• [Aim of the exercise]:
Copy the lines exactly. Begin at the first line of the data and stop after the line with "v -4.224 -25.4 41.938".

• [Data for processing]:
__________________________________________________

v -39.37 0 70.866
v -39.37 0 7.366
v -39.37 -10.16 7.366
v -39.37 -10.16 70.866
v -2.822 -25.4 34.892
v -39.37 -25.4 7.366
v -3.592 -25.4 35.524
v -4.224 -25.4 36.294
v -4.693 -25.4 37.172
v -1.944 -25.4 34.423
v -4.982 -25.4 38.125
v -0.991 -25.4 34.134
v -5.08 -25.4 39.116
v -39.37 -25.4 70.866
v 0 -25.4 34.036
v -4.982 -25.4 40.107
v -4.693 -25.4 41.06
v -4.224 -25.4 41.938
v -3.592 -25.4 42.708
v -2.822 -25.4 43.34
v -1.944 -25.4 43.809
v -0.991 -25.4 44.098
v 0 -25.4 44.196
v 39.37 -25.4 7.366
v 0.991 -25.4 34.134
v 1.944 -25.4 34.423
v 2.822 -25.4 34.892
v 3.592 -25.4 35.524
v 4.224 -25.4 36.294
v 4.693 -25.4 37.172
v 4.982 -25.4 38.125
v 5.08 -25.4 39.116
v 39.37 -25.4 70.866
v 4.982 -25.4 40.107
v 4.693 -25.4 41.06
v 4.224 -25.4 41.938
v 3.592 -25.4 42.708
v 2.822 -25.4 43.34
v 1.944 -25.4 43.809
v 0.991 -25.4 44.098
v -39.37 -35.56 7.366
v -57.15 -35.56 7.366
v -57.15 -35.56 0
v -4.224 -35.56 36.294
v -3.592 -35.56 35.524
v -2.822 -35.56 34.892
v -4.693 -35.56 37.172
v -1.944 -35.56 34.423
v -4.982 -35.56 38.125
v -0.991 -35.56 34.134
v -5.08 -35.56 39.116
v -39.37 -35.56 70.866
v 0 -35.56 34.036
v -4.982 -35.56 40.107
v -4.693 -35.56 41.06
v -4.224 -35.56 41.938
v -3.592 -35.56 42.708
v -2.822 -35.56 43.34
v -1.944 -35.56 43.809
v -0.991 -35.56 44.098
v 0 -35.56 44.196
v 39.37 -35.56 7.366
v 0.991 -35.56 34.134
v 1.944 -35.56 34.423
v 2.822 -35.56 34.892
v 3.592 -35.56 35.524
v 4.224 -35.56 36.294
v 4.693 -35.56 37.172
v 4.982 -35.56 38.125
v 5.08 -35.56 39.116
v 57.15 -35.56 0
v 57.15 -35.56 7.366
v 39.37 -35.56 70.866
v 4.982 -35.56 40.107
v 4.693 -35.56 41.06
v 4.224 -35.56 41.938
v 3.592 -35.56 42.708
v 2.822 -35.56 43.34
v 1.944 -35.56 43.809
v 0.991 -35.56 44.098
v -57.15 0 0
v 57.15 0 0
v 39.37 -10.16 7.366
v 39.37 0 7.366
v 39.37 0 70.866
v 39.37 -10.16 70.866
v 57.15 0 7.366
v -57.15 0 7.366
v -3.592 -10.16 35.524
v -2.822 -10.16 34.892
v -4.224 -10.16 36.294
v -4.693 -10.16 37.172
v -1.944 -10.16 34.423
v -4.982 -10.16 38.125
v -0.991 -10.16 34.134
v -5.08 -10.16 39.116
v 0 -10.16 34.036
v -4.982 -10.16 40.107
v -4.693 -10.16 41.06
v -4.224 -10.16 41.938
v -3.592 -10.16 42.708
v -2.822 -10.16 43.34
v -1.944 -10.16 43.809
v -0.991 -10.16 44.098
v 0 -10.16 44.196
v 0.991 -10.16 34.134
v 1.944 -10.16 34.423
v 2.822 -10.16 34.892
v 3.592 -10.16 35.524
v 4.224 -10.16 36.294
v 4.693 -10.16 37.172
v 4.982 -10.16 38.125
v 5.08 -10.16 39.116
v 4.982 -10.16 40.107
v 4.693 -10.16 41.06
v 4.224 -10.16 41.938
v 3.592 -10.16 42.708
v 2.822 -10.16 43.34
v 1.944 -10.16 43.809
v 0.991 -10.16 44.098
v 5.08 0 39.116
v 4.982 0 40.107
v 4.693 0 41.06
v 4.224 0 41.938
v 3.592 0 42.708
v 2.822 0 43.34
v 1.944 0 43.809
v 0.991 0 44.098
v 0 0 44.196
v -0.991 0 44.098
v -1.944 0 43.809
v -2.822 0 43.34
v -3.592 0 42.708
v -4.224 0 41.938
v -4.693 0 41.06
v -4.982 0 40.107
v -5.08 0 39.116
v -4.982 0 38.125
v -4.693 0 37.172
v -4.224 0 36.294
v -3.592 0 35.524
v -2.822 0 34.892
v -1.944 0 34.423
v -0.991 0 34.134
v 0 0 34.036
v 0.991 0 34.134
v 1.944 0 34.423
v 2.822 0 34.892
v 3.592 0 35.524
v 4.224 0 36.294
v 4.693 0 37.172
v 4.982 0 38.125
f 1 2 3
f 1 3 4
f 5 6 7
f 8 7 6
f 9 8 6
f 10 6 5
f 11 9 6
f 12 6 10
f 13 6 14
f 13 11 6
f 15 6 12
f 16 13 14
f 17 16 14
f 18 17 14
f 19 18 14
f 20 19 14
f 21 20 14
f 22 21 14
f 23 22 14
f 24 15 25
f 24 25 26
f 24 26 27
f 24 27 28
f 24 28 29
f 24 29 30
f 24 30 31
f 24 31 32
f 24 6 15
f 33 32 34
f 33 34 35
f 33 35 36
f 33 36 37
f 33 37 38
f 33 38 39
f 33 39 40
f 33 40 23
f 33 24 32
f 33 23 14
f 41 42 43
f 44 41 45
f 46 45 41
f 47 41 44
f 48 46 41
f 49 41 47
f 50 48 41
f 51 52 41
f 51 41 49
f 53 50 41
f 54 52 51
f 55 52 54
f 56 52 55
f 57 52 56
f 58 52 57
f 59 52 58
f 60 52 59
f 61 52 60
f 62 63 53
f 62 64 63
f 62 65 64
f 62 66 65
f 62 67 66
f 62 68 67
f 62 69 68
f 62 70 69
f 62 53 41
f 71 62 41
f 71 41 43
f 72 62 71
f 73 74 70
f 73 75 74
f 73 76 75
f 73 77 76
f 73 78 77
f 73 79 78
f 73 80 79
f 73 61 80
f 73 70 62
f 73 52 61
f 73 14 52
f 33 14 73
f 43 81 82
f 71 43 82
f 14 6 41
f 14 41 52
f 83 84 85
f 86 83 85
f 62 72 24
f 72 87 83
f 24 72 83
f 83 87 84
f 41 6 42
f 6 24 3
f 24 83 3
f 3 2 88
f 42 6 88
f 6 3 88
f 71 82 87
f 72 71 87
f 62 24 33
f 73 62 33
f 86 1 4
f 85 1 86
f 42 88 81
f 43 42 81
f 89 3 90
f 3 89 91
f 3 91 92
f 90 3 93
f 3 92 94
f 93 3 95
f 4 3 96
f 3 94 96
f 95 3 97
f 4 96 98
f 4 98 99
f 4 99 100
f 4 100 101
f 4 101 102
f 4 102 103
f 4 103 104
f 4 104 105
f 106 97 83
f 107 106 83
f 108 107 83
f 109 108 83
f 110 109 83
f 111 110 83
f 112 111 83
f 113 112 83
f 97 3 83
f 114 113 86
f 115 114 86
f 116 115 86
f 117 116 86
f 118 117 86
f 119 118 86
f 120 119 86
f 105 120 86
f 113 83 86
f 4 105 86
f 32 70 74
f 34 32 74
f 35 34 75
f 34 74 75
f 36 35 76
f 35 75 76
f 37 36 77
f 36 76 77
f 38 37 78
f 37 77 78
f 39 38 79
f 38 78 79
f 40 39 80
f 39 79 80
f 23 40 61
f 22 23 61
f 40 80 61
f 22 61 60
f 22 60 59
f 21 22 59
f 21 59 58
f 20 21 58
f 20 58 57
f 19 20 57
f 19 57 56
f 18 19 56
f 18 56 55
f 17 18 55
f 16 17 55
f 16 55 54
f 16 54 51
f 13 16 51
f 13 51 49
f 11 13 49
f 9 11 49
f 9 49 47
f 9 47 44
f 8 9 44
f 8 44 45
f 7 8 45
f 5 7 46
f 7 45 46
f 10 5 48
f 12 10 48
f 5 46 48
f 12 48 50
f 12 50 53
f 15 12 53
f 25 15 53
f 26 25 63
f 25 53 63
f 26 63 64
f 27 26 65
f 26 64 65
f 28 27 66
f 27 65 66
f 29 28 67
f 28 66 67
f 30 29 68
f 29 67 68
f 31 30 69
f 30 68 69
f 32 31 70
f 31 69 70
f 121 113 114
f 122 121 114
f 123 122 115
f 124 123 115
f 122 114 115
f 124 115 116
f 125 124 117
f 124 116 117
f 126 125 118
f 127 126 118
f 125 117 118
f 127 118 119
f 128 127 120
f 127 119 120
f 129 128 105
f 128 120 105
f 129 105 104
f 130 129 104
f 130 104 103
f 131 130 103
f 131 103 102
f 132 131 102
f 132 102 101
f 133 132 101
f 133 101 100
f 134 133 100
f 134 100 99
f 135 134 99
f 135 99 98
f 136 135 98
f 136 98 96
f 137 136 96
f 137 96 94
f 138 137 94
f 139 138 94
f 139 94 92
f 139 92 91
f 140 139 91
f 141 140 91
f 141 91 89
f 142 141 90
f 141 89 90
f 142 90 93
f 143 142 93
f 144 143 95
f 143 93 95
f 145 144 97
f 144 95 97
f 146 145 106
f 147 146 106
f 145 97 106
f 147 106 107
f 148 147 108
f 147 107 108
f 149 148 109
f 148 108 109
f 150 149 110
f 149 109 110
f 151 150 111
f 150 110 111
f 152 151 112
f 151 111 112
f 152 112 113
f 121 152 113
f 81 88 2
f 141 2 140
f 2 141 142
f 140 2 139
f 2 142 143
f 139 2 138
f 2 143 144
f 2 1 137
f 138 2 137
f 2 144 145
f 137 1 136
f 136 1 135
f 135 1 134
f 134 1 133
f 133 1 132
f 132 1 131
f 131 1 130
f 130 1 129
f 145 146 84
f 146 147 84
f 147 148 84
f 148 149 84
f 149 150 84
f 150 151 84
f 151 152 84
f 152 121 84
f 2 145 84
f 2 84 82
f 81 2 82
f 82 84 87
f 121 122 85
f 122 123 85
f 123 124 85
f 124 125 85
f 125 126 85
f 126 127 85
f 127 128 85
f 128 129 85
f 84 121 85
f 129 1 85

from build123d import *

# Parameters (mm, degrees)
F0_W     = 78.74
F0_H     = 63.5
F1_DEPTH = 35.56
F2_W     = 15.24
F2_H     = 63.5
F3_DEPTH = 127
F4_R     = 5.08
F5_DEPTH = 76.2


with BuildPart() as f1:
    # F0 (on Front) → F1 (new body)
    with BuildSketch(Plane.XZ):
        Polygon((-57.15, 7.366), (-57.15, 0), (57.15, 0), (57.15, 7.366), (39.37, 7.366), (-39.37, 7.366), align=None)
        with Locations((0, 39.116)):
            Rectangle(F0_W, F0_H)
    extrude(amount=F1_DEPTH)

    # F2 (on face) → F3 (cut)
    with BuildSketch(Plane.YZ.offset(39.37)):
        with Locations((-17.78, 39.116)):
            Rectangle(F2_W, F2_H)
    extrude(amount=-F3_DEPTH, mode=Mode.SUBTRACT)

    # F4 (on face) → F5 (cut)
    with BuildSketch(Plane.XZ.offset(35.56)):
        with Locations((0, 39.116)):
            Circle(F4_R)
    extrude(amount=-F5_DEPTH, mode=Mode.SUBTRACT)


solid = f1.part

__________________________________________________

• [Your response]:
v -39.37 0 70.866
v -39.37 0 7.366
v -39.37 -10.16 7.366
v -39.37 -10.16 70.866
v -2.822 -25.4 34.892
v -39.37 -25.4 7.366
v -3.592 -25.4 35.524
v -4.224 -25.4 36.294
v -4.693 -25.4 37.172
v -1.944 -25.4 34.423
v -4.982 -25.4 38.125
v -0.991 -25.4 34.134
v -5.08 -25.4 39.116
v -39.37 -25.4 70.866
v 0 -25.4 34.036
v -4.982 -25.4 40.107
v -4.693 -25.4 41.06
v -4.224 -25.4 41.938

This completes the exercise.